If you belong to the blue team of an organization, it is likely you are already running a decoy host in your network. But what about something that slows down attackers? As Nmap is one of the most popular tools for port scanning, it is a good idea to implement something that will hinder the scans.

In this recipe, you will learn how to make Nmap scan indefinitely when a service detection scan is used against a target.

How to do it...

To start a fake HTTP service that sends random data indefinitely on a Linux-based host, use the following Ncat command:

$ncat -l 127.0.0.1 8080 -c "echo 'HTTP/1.1 200 OK\r\n\r\n'; cat /dev/urandom" -k

A new service running on port 8080 will start on your localhost. If an attacker uses Nmap's service detection scan (-sV), the service will prevent Nmap from closing the network socket, and hence the scan will never finish.

How it works...

The previous Ncat command simply listens on the local IP address TCP port 8080 (-l 127.0.0.1 8080) and executes a system command using the -c option. The -k option is also used to enable multiple connections so the socket is not closed after the first client connects.
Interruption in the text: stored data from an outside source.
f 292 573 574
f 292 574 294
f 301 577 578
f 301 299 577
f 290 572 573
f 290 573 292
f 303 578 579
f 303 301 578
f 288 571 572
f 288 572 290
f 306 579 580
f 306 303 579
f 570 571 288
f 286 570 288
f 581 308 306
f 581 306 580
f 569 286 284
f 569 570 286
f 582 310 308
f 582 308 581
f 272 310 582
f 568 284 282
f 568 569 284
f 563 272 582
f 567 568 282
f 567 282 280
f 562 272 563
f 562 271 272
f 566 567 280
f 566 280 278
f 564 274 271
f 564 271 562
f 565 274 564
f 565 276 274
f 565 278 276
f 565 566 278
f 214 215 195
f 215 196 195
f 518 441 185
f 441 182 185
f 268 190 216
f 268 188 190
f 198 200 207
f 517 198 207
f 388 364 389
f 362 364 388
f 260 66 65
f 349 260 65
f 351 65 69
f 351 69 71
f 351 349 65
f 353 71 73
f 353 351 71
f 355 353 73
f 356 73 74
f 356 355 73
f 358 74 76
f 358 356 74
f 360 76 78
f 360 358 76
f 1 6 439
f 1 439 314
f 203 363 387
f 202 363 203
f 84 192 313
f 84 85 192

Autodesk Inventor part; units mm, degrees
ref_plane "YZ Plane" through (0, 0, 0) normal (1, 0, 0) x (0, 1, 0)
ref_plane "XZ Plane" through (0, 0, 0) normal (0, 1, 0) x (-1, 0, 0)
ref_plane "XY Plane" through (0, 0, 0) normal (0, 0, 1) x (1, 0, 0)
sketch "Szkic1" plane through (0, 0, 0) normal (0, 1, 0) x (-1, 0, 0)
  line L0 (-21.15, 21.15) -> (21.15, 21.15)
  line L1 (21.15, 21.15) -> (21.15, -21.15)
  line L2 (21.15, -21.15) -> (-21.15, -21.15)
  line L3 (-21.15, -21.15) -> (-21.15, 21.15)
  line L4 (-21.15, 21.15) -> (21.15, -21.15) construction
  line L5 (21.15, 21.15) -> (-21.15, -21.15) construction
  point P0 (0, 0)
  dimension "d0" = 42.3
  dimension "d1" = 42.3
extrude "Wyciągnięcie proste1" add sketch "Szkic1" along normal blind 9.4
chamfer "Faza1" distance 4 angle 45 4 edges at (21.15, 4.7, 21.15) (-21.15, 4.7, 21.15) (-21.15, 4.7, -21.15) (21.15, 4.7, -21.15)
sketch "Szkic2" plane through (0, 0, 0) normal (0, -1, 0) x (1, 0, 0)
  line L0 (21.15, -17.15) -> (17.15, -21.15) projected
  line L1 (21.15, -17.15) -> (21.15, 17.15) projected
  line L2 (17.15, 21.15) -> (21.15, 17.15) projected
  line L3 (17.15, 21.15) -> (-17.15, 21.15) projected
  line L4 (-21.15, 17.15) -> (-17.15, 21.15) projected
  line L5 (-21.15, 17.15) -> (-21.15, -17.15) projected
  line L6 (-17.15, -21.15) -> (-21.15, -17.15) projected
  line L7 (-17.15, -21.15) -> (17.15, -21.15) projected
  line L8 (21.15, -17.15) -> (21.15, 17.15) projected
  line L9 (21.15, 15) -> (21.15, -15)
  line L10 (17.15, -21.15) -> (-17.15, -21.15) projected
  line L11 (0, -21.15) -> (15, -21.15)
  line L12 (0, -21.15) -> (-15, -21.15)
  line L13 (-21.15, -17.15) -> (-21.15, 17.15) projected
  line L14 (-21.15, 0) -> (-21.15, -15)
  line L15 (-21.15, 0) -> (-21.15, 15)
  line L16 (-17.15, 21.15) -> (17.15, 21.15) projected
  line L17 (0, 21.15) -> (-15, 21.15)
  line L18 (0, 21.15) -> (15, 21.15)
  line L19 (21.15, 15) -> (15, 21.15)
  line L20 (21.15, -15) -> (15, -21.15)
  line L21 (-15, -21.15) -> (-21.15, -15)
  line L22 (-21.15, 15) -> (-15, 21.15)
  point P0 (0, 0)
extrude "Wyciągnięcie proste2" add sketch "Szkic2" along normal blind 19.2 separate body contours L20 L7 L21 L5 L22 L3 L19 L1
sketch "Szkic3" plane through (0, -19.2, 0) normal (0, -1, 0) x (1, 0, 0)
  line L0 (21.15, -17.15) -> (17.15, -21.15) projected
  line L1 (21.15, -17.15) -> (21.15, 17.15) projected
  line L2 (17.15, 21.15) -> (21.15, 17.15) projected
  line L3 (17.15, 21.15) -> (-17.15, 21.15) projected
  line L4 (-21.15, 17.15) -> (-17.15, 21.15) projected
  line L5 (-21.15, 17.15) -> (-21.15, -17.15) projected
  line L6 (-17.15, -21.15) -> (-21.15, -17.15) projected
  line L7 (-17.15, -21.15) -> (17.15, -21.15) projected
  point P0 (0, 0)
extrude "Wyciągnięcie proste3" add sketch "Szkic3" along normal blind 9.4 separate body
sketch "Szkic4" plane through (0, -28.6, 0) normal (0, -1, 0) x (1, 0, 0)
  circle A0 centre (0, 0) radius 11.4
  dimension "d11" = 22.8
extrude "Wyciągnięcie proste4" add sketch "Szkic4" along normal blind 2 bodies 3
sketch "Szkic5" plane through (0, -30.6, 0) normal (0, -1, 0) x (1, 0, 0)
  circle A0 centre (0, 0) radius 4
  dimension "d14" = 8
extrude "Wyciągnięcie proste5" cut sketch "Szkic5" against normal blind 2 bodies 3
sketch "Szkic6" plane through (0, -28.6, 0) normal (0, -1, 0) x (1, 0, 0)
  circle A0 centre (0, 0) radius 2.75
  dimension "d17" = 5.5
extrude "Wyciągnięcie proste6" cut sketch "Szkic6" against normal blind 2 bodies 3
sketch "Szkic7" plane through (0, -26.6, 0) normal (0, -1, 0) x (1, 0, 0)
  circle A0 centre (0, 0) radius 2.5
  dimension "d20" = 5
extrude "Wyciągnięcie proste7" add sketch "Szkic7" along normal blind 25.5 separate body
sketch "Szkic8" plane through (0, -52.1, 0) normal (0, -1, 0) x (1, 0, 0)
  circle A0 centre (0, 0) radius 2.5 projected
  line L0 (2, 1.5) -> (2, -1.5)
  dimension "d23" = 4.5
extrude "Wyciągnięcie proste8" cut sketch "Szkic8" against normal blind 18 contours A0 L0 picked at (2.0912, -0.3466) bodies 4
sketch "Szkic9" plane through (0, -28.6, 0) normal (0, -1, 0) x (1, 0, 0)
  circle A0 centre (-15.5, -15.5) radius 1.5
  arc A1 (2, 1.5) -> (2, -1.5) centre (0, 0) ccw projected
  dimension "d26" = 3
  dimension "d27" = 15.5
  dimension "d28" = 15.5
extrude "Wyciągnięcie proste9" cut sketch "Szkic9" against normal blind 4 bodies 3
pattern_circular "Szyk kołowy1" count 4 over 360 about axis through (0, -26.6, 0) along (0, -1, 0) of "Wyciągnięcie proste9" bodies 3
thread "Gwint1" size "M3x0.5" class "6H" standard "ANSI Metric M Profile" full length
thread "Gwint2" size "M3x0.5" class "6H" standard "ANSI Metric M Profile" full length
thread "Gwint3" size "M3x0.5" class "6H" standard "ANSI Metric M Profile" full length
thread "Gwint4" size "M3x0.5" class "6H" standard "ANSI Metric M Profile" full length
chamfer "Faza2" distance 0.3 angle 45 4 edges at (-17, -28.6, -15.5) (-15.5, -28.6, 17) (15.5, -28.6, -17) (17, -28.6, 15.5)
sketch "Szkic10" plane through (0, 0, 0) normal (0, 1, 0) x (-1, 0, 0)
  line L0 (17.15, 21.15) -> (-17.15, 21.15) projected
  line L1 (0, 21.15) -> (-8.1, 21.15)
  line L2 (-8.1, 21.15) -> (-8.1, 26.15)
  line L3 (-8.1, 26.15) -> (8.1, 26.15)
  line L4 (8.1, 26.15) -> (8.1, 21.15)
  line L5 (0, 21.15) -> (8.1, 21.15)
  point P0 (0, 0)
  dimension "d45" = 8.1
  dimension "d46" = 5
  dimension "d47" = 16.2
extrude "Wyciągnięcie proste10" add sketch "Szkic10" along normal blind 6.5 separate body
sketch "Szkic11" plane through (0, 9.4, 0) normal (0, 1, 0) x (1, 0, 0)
The executed system command is composed of two parts:

• A fake protocol header: echo 'HTTP/1.1 200 OK\r\n\r\n'
• Random data stream: cat /dev/urandom

The fake application protocol header is used to confuse the scanner making it launch a read operation that will only close once data transmission is complete, which will never happen. Additionally, Nmap prints results only when all hosts are processed, and if one host isn't complete, none of the results from that group are printed, so the attackers won't be able to see the incomplete results report. By using the /dev/urandom pseudo-device, we generate an infinite body message to append to the response and achieve this infinite response condition.

There's more...

Even though it is basic, this technique is pretty effective and does not only work on Nmap. You would be surprised how fragile some vulnerability scanners are, and this is only one method for hindering their results. You should get creative and analyze how the scanner works to identify possible attack vectors. In this recipe, we used an HTTP header to trick the scanner, but other protocols could also be susceptible.
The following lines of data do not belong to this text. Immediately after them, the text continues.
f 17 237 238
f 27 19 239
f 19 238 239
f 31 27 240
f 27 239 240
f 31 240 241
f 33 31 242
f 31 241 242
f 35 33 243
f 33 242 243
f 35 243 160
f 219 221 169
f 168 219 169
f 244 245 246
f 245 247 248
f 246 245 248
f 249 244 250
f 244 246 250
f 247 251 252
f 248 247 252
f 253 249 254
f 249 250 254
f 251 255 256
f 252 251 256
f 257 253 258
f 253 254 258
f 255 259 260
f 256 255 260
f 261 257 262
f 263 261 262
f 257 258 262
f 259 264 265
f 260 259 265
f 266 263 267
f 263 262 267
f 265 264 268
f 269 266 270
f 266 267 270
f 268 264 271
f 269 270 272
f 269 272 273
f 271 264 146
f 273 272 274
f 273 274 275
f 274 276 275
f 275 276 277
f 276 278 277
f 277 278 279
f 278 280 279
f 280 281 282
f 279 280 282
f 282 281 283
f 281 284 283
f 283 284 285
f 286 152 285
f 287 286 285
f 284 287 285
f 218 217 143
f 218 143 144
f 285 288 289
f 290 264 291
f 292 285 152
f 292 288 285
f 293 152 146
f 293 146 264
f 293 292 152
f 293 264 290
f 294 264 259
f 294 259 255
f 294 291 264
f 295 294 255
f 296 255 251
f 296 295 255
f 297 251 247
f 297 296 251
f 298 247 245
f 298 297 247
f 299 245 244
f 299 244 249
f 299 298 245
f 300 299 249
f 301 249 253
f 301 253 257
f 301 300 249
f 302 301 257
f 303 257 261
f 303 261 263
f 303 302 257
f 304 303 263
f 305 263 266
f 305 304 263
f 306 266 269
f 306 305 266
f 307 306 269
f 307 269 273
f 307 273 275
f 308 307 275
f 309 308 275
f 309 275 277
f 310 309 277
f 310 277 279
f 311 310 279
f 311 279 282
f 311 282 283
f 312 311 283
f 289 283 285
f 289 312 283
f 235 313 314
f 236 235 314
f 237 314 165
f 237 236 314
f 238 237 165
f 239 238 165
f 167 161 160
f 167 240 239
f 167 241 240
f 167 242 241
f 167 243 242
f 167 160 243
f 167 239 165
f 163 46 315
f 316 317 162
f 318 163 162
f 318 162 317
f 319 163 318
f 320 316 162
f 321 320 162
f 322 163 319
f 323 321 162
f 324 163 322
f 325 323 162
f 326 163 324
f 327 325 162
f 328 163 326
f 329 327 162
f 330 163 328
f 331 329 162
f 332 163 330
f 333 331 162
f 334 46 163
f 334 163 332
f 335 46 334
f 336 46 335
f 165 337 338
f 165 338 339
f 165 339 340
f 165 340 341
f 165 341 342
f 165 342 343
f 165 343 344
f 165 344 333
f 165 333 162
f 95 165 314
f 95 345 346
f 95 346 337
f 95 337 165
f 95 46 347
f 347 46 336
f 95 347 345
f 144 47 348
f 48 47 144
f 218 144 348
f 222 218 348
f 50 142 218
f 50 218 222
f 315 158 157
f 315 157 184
Attacking web crawlers in security scanners

Writing web crawlers and handling the infinite combination of tags and fields in poorly written HTML is difficult. Scanners often include web crawlers to enumerate the attack surface and even detect vulnerabilities. By targeting the web crawler engine in scanners, we may affect the scanning behavior. Common attacks against web crawlers include web servers with link loops, pages with a high number of nested links, and dynamic content generation, among many others. Try these techniques against security scanners to discover interesting defense techniques!